Test that each of these views work properly. You will need to use them in the subsequent problems.
14. Using the above defined functions, views, and the book and student relations, specify the following queries in SQL.
So observe that you are not permitted to use the buys, cites, and major relations in your queries. You don’t need these relations since that are but encapsulated inside the functions. For example, a query such as
select distinct t.sid from buys t, book b where t.bookno = b.bookno and b.price < 50;
is not permitted. Rather, you should use the equivalent object-relational query
select distinct s.sid from student_books s, book b where isIn(b.bookno, s.books) and b.price < 50;
(a) Find the bookno and title of each book that cites at least three books that cost less than $50.
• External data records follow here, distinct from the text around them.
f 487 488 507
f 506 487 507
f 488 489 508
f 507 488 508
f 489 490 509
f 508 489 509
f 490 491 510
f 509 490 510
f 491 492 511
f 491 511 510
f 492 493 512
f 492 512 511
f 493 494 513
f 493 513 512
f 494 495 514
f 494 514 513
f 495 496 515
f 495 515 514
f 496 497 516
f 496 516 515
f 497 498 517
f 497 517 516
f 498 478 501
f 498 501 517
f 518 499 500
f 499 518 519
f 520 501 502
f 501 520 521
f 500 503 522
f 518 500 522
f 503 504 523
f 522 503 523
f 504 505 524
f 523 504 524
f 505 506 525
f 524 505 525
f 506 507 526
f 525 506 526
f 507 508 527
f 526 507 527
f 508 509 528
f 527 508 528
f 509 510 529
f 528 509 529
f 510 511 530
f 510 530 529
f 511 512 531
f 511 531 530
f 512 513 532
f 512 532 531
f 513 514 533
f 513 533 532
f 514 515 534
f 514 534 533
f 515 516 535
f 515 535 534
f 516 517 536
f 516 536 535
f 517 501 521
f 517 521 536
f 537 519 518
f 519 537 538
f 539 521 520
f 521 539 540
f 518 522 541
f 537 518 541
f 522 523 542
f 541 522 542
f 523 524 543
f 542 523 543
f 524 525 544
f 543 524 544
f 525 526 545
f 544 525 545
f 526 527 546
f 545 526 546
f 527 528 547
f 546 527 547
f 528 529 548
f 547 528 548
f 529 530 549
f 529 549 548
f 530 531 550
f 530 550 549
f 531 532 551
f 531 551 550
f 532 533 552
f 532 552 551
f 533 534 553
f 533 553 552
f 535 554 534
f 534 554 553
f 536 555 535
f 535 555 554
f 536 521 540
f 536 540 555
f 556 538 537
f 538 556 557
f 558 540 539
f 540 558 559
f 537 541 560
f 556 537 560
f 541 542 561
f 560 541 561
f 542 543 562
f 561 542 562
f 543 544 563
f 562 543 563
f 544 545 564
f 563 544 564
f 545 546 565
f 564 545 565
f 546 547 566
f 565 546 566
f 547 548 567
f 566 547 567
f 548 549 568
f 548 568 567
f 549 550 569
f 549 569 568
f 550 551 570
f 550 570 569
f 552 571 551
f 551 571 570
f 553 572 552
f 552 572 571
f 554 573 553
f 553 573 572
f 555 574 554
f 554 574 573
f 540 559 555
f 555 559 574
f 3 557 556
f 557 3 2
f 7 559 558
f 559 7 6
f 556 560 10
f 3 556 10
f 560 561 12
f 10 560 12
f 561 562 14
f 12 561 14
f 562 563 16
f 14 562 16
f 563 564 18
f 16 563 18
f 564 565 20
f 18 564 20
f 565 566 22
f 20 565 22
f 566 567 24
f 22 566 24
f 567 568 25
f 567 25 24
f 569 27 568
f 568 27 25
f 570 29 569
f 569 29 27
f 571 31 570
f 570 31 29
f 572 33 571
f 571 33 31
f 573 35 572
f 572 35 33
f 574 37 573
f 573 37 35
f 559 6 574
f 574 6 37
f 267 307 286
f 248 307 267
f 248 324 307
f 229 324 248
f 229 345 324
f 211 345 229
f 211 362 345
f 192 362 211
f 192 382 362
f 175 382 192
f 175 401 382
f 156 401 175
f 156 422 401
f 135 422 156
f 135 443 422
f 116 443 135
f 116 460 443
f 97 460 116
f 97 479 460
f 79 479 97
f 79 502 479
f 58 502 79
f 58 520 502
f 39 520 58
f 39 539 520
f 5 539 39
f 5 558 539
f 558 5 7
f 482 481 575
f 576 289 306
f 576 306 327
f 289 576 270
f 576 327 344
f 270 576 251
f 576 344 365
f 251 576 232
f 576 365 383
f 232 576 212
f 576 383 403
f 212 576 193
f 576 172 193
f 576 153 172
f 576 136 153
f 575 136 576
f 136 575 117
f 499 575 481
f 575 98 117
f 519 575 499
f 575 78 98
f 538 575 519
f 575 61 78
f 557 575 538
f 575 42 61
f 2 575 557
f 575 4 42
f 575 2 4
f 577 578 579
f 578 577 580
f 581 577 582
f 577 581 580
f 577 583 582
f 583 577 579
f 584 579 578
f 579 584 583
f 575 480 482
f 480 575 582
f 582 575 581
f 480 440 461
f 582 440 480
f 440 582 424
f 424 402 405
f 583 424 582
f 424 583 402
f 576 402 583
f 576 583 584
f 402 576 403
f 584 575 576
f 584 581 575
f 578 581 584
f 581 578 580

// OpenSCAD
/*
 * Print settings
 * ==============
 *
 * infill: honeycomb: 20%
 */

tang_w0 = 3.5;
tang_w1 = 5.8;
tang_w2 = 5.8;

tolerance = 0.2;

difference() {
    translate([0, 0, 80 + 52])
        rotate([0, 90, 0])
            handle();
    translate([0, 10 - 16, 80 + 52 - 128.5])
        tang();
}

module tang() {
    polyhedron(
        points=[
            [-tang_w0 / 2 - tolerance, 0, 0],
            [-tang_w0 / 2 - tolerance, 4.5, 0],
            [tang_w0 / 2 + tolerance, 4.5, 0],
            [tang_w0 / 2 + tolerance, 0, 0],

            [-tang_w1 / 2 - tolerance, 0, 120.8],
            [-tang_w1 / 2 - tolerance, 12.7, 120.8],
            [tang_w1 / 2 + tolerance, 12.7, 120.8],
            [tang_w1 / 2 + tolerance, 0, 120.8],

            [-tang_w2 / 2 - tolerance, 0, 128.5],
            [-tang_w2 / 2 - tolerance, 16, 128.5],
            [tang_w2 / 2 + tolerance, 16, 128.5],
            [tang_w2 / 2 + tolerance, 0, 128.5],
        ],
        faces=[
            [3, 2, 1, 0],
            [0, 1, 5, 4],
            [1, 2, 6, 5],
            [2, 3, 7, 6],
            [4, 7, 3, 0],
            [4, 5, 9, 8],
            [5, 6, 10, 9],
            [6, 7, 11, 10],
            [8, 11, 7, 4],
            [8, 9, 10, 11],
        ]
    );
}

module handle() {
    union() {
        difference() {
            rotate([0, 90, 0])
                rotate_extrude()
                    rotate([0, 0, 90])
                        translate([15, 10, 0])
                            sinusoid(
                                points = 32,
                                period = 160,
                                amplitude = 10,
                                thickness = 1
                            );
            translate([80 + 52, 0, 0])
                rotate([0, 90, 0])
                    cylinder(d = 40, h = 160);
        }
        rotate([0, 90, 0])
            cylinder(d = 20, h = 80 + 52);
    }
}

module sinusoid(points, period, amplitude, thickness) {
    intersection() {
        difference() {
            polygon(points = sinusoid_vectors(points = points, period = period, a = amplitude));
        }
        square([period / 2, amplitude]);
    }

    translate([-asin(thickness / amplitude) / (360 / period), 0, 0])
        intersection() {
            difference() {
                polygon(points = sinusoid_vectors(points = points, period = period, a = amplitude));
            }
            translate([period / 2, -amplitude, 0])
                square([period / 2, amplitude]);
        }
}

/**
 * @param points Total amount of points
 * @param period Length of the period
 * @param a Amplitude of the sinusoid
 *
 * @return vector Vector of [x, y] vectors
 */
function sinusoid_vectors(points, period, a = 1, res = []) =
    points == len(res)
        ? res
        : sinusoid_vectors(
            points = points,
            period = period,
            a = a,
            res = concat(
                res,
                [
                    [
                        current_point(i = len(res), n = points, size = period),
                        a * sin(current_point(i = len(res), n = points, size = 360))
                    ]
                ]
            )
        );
(b) Find the bookno and title of each book that was not bought by any students who majors in ‘CS’.
(c) Find the sid of each student who bought all books that cost at least $50.
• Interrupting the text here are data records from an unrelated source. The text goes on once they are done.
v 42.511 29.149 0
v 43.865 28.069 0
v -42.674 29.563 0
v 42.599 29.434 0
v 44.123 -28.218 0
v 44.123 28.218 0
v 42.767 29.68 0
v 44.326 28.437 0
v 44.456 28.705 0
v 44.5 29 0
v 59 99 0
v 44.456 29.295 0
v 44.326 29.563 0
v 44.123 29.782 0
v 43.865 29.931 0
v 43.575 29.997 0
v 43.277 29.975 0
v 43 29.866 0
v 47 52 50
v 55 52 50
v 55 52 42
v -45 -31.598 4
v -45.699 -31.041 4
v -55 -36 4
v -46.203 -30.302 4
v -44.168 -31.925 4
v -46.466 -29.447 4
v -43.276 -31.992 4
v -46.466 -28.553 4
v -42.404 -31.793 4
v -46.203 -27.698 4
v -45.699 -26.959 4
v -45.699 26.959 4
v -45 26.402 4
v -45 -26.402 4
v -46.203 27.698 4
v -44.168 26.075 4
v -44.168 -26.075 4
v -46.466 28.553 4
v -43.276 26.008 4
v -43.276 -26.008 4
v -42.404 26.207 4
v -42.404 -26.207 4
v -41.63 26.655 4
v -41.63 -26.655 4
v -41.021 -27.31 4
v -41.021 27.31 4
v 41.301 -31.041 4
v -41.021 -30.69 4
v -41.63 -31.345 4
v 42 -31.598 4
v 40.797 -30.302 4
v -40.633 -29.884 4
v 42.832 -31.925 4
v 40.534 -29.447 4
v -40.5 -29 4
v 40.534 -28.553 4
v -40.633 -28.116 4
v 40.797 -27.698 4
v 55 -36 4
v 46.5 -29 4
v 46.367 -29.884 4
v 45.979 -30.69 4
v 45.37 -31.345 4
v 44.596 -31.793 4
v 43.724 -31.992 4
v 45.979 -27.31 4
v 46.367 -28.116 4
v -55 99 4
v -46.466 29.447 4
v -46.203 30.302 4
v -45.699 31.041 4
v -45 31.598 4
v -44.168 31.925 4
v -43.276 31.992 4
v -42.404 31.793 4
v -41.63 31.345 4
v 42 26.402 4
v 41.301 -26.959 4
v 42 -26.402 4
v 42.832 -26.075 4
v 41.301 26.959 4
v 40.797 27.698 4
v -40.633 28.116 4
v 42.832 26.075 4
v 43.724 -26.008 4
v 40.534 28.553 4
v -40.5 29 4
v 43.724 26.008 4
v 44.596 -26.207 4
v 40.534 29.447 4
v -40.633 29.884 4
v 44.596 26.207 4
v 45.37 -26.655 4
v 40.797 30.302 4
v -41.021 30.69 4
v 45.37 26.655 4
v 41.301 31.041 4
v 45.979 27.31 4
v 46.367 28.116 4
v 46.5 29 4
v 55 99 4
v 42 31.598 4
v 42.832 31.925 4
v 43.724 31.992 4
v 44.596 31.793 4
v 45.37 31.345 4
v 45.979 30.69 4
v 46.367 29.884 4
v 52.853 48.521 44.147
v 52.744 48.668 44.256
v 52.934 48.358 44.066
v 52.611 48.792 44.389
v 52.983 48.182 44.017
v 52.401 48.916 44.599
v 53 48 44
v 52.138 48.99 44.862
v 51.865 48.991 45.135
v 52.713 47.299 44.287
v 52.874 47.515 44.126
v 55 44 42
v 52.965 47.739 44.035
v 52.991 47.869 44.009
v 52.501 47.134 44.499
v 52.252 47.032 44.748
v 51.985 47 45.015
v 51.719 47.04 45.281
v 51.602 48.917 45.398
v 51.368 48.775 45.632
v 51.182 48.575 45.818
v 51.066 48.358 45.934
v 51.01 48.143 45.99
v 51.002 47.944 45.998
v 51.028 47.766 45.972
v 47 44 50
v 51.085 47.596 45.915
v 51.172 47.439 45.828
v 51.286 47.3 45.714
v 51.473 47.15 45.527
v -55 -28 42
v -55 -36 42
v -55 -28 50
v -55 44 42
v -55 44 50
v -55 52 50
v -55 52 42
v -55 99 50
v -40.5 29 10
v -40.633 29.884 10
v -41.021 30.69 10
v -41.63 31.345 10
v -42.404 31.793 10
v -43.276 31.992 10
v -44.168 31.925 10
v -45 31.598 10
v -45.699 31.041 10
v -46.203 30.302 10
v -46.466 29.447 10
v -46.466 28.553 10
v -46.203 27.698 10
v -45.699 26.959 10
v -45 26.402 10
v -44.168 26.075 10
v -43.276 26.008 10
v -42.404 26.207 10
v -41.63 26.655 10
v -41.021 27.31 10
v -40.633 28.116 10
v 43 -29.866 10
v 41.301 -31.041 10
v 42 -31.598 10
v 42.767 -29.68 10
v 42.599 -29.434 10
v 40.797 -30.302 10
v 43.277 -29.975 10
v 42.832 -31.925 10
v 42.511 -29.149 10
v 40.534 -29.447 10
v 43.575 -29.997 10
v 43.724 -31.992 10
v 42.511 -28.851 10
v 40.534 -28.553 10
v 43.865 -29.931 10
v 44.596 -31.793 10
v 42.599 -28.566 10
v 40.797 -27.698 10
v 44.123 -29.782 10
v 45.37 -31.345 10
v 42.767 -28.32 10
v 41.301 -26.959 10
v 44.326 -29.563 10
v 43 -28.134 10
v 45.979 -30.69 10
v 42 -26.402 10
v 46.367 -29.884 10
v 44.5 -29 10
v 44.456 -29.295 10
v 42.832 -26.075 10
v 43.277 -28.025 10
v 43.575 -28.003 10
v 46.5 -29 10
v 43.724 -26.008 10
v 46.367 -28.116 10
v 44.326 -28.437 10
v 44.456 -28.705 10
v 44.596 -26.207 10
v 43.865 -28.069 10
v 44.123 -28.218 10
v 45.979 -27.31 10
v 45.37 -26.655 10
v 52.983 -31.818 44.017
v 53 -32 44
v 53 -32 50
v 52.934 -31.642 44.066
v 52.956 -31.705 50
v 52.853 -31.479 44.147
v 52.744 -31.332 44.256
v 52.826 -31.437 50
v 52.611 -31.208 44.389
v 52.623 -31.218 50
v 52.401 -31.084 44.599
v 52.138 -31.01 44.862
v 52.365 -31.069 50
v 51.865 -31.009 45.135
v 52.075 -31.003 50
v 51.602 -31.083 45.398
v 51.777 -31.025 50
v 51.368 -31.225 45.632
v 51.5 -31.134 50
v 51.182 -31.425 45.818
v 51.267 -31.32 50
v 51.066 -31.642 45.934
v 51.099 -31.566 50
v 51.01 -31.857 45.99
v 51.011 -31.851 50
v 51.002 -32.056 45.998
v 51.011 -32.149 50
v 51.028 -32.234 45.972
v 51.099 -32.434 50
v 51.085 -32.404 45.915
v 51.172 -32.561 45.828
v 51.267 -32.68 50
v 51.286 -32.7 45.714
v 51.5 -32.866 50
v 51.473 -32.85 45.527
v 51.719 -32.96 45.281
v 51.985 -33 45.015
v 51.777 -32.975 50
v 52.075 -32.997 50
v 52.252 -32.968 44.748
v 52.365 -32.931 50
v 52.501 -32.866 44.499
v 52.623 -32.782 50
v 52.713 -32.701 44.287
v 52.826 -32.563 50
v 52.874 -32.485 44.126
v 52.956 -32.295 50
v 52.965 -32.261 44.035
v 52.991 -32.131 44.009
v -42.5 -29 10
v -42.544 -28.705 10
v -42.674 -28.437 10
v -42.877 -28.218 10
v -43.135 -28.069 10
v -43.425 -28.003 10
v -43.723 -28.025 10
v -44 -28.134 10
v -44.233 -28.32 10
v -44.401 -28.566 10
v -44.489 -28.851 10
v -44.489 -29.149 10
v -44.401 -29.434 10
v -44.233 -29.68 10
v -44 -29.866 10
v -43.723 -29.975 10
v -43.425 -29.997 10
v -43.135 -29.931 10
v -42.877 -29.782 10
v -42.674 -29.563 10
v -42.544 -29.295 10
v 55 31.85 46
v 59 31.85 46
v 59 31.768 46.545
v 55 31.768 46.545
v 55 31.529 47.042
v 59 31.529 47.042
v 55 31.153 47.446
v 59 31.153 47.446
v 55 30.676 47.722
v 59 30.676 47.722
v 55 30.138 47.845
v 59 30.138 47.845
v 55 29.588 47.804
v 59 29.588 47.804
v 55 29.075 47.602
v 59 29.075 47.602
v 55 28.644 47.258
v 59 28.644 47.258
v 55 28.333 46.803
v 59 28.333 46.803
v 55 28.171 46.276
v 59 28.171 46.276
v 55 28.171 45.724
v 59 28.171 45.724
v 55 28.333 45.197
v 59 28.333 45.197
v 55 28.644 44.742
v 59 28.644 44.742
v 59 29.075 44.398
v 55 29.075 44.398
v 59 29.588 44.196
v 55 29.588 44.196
(d) Find the bookno of book that was not only bought by students who major in ‘CS’.
(e) Find the bookno and title of each book that was not only bought by students who bought all books that cost more than $45.
(f) Find sid-bookno pairs (s,b) such that not all books bought by student s are books that cite book b.
(g) Find the pairs (b1,b2) of booknos of books that where bought by the same set of students.
(h) Find the pairs (b1,b2) of booknos of books that where bought by the same number of students.
(i) Find the sid of each student who bought all but four books.
(j) Find the sid of each student who bought no more books than the combined number of books bought by the set of students who major in Psychology.
[1] Once you can handle this case, the general case is a very similar.
[2] It is actually really surprising that the PostgreSQL system did not optimize query Q1 any better.